I think that you're doing the right thing. Sometimes, when you REALLY want to help someone, it's difficult to sit back and watch what's happening to them, but sometimes it's necessary. Take things slowly.

When I met my husband, I was in the process of divorcing my ex. My daughters were 3 and 10 1/2 months. We did a lot of kid-friendly "dates" back then. When we got engaged, my ex was a little threatened by the attention that my (soon-to-be) husband was giving to the kids. My husband, however, said that he wasn't going to ignore my girls or treat them as anything other than his own children just to spare my ex's feelings. My ex has dealt with it--in the past 3+ years, he's had to. But it does still hurt him to see the kids run to my husband.

Regarding the child-support issue, I agree with pretty much everything that's already been said. As much as your friend hates to do so, she's going to have to go back to court. That money is intended to help her meet her child's needs, and she should not, UNDER ANY CIRCUMSTANCES, have to beg for it!

Enforcement of child-support orders tends to vary from state to state and from county to county. The money can (and SHOULD) be taken from his check automatically and sent to her via check, direct deposit, or (in some states) an ATM-type card; he'll be required by law to notify the proper authorities if he changes jobs. The support order will likely come under review every couple of years or so; the amount that he pays will be adjusted accordingly. Failing to pay (or get the money to her in a timely manner) can result in his being found to be in contempt of court. In some states, he can lose his driver's license/face jail time.
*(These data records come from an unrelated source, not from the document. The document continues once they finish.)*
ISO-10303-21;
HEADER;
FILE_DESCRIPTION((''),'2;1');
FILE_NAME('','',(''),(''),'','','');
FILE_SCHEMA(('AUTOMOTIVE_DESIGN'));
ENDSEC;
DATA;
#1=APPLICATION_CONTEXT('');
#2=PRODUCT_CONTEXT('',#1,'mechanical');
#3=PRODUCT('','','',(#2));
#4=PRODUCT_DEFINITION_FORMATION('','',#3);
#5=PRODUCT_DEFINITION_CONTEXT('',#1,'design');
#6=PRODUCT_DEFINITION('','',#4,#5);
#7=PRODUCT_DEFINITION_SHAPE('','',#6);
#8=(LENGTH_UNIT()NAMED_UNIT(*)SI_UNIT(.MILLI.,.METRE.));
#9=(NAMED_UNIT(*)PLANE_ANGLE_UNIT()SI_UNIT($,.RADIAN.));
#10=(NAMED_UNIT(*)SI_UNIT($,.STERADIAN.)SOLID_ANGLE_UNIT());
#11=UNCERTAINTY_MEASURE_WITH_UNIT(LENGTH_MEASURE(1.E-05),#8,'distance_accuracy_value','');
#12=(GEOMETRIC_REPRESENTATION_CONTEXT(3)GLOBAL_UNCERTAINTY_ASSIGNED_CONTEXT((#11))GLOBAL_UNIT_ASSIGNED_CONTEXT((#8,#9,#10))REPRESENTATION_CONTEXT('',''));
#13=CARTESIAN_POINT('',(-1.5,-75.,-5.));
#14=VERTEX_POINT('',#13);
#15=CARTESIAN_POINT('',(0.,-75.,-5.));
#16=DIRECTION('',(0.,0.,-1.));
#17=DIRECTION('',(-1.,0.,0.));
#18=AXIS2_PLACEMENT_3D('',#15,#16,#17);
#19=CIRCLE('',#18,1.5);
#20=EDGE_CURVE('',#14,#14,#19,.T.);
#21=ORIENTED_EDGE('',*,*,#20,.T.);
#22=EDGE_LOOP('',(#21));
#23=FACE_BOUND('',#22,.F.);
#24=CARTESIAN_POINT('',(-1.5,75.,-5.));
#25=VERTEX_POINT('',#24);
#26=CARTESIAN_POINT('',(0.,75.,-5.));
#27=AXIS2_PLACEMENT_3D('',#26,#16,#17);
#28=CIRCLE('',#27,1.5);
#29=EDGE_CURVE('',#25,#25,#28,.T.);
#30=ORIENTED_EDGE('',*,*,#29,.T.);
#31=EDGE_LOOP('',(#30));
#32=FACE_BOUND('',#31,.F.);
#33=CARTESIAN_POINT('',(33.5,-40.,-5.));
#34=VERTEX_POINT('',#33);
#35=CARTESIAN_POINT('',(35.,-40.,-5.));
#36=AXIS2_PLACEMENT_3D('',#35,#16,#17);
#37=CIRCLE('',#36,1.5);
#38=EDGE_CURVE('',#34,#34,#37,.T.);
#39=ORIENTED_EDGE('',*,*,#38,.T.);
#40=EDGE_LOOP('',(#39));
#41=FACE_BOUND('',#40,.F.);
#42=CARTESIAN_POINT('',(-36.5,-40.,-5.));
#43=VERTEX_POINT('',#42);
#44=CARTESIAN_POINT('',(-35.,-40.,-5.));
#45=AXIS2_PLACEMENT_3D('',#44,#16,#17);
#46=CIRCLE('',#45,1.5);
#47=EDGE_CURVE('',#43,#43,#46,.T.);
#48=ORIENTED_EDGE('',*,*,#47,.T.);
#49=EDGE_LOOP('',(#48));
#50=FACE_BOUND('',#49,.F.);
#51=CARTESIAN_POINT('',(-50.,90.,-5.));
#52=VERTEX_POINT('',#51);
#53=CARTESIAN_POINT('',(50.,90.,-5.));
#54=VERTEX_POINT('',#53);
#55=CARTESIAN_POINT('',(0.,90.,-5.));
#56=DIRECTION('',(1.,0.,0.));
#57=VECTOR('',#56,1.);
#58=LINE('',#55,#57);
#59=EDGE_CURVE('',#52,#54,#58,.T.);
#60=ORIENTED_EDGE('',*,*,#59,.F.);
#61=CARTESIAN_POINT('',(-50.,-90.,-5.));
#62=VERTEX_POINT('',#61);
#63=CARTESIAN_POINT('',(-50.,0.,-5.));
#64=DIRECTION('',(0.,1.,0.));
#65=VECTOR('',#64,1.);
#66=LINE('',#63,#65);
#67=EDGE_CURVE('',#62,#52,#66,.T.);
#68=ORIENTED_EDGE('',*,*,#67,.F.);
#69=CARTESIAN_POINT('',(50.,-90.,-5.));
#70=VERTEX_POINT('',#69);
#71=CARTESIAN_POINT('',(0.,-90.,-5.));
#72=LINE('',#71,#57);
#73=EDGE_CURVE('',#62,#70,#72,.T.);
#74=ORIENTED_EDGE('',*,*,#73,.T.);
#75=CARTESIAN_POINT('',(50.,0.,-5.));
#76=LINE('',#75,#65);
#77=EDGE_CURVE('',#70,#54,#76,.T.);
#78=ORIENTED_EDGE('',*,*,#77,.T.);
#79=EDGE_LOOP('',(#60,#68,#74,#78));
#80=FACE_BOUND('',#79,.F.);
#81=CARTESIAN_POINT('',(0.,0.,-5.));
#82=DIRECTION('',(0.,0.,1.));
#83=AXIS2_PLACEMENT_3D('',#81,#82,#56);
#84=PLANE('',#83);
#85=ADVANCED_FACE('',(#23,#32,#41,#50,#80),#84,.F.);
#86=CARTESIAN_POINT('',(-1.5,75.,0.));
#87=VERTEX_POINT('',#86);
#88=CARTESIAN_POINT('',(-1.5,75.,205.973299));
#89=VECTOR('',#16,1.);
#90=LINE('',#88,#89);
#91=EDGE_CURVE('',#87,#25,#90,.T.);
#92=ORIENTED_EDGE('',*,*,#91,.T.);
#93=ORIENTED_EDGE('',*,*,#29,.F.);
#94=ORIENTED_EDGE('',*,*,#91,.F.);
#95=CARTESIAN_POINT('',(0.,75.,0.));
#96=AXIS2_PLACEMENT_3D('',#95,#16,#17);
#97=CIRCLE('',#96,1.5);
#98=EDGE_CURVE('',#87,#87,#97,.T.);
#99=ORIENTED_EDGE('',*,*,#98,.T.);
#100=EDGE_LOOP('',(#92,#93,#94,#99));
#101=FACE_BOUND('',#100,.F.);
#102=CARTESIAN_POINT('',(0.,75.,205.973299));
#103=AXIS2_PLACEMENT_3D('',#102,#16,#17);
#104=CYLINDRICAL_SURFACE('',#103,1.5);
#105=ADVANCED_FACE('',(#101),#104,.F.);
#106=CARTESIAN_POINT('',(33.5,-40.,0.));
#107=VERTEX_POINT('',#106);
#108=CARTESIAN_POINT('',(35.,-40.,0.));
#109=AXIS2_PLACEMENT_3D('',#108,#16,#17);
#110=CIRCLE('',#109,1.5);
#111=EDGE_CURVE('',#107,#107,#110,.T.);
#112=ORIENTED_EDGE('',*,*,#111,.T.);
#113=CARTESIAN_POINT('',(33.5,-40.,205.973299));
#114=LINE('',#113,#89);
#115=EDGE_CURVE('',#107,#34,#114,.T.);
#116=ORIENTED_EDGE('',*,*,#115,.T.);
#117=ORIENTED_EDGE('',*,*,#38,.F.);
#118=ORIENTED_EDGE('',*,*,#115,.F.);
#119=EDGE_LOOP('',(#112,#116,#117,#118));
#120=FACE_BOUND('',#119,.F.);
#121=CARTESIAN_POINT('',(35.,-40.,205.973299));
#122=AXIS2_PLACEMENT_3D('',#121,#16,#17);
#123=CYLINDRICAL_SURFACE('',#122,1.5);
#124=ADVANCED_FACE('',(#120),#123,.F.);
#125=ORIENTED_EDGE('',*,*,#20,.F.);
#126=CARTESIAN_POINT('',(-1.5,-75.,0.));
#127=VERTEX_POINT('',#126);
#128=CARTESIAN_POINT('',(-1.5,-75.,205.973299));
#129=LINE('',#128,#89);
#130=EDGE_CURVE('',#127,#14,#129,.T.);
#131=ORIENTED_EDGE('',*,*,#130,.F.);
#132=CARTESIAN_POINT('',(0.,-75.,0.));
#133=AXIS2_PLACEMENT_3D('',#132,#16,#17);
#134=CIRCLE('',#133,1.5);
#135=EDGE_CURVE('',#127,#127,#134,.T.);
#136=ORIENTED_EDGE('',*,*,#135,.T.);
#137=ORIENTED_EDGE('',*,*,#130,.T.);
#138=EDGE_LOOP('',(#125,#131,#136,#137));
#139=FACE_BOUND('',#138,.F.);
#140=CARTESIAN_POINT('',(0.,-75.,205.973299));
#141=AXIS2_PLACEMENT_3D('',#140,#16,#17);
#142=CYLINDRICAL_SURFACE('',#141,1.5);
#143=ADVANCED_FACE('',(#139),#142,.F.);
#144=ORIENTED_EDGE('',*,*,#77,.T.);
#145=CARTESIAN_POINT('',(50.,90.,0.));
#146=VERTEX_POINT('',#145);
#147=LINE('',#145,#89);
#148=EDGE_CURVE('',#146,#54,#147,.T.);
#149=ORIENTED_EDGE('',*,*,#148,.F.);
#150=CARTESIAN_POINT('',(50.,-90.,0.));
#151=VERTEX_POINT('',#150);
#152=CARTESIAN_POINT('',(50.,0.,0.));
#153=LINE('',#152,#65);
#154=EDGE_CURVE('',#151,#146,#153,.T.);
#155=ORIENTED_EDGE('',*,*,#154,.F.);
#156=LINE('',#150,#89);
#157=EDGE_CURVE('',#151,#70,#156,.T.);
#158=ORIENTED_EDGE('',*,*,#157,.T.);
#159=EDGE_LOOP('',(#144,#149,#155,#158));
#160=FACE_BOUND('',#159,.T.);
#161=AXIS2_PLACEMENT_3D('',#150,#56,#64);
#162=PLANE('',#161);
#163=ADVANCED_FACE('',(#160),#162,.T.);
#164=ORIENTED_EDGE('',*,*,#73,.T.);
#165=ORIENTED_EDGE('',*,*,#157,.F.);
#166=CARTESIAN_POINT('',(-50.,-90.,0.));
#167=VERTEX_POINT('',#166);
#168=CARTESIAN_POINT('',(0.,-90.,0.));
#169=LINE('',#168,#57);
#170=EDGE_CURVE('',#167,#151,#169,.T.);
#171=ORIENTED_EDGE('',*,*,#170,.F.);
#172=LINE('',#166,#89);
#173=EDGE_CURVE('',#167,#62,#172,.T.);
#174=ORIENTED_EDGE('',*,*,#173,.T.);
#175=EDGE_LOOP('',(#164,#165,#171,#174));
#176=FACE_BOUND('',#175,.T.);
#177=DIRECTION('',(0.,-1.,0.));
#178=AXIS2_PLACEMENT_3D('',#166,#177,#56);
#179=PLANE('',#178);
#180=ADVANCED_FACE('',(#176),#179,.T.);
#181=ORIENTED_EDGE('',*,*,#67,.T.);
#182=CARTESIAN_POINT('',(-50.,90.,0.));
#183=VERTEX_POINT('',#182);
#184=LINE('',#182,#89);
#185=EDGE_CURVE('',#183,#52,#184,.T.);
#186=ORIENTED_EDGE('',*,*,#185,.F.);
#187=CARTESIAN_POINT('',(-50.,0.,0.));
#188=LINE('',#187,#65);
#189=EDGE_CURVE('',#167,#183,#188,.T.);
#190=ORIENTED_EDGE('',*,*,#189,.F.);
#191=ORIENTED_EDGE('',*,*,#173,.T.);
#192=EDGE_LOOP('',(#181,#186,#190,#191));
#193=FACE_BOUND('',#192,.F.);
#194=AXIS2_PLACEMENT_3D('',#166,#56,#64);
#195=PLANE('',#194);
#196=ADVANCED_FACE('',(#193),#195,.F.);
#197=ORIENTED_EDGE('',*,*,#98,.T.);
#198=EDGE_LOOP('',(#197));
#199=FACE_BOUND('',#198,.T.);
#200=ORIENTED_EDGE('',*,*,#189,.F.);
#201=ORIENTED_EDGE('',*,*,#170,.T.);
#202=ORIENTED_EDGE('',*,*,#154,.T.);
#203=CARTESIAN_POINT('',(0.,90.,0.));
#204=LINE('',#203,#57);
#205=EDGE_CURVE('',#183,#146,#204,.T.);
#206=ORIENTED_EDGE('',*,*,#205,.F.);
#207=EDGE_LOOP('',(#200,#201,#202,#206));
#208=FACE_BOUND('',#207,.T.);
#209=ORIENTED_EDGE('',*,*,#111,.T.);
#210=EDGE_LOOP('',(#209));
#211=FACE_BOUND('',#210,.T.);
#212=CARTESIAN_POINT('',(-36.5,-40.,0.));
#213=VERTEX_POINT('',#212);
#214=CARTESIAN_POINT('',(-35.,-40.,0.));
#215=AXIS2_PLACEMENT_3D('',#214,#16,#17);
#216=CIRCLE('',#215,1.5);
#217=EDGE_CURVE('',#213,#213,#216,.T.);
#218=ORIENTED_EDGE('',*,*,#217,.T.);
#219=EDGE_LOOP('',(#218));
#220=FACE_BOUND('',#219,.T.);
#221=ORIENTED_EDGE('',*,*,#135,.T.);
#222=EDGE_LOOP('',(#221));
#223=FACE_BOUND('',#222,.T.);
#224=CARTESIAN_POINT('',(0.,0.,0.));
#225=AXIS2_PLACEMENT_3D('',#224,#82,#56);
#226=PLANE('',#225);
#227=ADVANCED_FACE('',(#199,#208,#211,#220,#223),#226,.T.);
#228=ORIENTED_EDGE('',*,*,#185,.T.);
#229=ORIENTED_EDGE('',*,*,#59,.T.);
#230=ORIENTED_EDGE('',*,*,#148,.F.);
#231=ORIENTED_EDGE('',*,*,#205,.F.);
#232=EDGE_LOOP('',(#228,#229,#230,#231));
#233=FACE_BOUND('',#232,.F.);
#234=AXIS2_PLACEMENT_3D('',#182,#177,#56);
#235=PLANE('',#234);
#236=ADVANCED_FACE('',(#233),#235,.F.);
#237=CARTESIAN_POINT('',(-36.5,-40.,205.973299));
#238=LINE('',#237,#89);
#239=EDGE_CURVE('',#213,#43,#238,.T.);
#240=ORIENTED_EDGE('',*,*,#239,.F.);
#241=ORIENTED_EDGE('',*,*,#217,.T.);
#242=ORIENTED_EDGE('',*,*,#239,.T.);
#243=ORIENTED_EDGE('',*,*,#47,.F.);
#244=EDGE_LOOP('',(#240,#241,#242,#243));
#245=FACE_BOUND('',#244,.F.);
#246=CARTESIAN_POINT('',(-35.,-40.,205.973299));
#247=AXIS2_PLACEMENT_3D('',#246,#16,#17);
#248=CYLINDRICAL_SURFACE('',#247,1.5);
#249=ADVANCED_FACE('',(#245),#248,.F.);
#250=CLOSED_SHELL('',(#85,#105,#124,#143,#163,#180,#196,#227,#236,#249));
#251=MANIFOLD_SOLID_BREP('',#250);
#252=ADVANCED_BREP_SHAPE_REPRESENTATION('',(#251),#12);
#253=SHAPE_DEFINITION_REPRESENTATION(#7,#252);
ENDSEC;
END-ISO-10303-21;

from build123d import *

# Parameters (mm, degrees)
F0_W     = 100
F0_H     = 180
F1_DEPTH = 5
F3_D     = 3


with BuildPart() as f1:
    # F0 (on Top) → F1 (new body)
    with BuildSketch(Plane.XY):
        Rectangle(F0_W, F0_H)
    extrude(amount=-F1_DEPTH)

    # F3 (through all)
    with Locations(Plane.XY):
        with Locations((-35, -40), (0, -75), (35, -40), (0, 75)):
            Hole(F3_D / 2)


solid = f1.part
Good luck to both of you. :rose:
 
erika said:
if she's smart, she'll realize how different you are and well you're treating her.
while i normally agree w/ what erika says, on this, i must respectfully disagree. i've known women who think so little of themselves and fear the future so much that they cannot imagine that their lives could improve by removing people from them.

niceguy, i salute you.

ed
 
She needs all the support and loving friends she can get. And she needs to go after this jerk right away. My only caution is, becareful, because sometimes even though they are not getting along, sometimes a third party interfering will backfire and they will join forces against you just to upset you......this is most likely not the case, but just have your eyes wide open! Good luck :rose:
 
You sound like such a great guy, the only advise i have is that you should listen to her, assure her you'll be there for her when she decides to leave this scum bag. I know she doesn't want to leave her kid fatherless, I never had a dad, and i think i'm better off, i would rather have no father than a huge disappoinment for a father.
 
Thank you all for the advice (And the compliments;) )

There is nothing really new to tell on this story, neither between her and I or her and her ex, so I suppose in this case, no news is good news.

I did talk to her some about having the courts make him pay -them-, and they give her the money, but they don't do that here in VA anymore. Yes, they can deduct it from his paychecks, but only if he's getting them. Apparently he has enough "connections" that he can get a job under the table if he has to, something he would do (and has done). I understand she can get him in serious trouble for this, but I am not sure if she is willing or able to go through all of that right now. I guess, for the moment, this is a "wait and see" situation.

I don't want to push the issue with her and have her see me as trying to interfere with her life, even though I only mean the best for her.